Using built-in algorithms or script mode will save all this effort for you.

#### 12.17: AWS Sagemaker - Built In Algorithms
- Built-in algorithms allow you to use inbuilt containers inside the SageMaker environment to run the model training.
This speeds up model development.
- Many times, people need high compute with GPUs just for training, while using lower-end computers for data processing and writing code in the notebook. Built-in algorithms allow you to run just the training on high compute while keeping the rest on a different cloud computer.
- SageMaker’s built-in algorithms are optimized for performance and scalability, handling large datasets efficiently.
- For BuiltIn model training example plese refer `builtin_algo_classification` notebook.
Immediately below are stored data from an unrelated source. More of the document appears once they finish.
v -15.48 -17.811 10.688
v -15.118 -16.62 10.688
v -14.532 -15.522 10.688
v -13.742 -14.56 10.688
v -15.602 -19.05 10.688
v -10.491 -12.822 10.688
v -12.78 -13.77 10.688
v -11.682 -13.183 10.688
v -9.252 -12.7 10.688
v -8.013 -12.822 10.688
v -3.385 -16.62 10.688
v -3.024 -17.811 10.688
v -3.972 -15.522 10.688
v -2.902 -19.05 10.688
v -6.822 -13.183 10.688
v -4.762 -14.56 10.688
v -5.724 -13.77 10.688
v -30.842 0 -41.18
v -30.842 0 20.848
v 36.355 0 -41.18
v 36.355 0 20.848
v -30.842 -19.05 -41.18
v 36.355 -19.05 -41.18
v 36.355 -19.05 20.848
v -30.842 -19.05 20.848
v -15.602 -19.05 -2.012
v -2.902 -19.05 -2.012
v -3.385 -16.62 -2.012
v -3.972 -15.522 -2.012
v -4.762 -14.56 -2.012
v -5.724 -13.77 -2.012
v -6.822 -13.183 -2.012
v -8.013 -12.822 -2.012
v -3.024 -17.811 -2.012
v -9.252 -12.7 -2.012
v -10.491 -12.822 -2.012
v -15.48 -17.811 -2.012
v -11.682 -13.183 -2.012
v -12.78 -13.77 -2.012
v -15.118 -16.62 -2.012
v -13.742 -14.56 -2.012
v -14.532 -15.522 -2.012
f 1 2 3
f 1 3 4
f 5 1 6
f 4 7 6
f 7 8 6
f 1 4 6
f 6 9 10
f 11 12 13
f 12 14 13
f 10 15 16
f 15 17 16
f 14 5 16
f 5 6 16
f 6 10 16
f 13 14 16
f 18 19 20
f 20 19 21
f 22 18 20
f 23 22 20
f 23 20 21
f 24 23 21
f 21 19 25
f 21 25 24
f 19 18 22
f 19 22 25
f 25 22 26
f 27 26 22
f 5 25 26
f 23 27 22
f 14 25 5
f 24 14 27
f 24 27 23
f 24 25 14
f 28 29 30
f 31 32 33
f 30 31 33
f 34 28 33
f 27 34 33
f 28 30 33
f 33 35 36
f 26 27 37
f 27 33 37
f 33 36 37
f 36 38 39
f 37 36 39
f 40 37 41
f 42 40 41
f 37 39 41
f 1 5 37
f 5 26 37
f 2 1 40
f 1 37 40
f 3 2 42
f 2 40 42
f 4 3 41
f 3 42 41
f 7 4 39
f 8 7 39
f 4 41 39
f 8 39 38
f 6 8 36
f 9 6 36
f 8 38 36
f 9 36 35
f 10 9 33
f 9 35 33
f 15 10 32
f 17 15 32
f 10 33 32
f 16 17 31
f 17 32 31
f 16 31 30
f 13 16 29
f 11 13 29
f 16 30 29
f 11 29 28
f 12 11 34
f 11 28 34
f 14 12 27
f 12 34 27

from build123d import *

# Parameters (mm, degrees)
F2_W     = 67.197241
F2_H     = 62.02823
F0_DEPTH = 19.05
F3_ANGLE = -180


with BuildPart() as f0:
    # F2 (on Front) → F0 (new body)
    with BuildSketch(Plane.XZ):
        with Locations((2.756816, -10.165736)):
            Rectangle(F2_W, F2_H)
    extrude(amount=F0_DEPTH)

    # F1 (on face) → F3 (revolve, cut)
    with BuildSketch(Plane.XZ.offset(19.05)):
        Polygon((-15.601805, -2.011621), (-9.251805, -2.011621), (-9.251805, 10.688379), (-12.426805, 10.688379), (-15.601805, 10.688379), (-15.601805, 8.631975), align=None)
    revolve(axis=Axis((-9.251805, -19.05, 4.338379), (0, 0, 1)), revolution_arc=F3_ANGLE, mode=Mode.SUBTRACT)


solid = f0.part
#### 12.18: AWS Sagemaker - Script Mode
- Script mode in SageMaker allows you to run model training using your own Python script. This method is more customizable compared to a Built-In Algorithm.
- Just like Built-In Algorithms, it uses pre-built containers (or Docker images) to run the training. This saves time required for model training in the cloud.

#### 12.20: Data Drift Detection Using PSI & CSI
- PSI and CSI are the ways to measure data drift.
- PSI is mainly used to measure overall drift in a population (mainly for target variable distribution changes).
- PSI > 0.2 is considered a high level of data drift that warrants investigation.
- Note: 0.2 is not a fixed threshold. Threshold can vary based on the situation.
- CSI is a way to measure drift in a feature (or independent variable).
- The formula is exactly the same.
- For categorical variables, use categories to measure Expected % and Actual % for CSI.
- For continuous variables, bin them to measure Expected % and Actual % for CSI.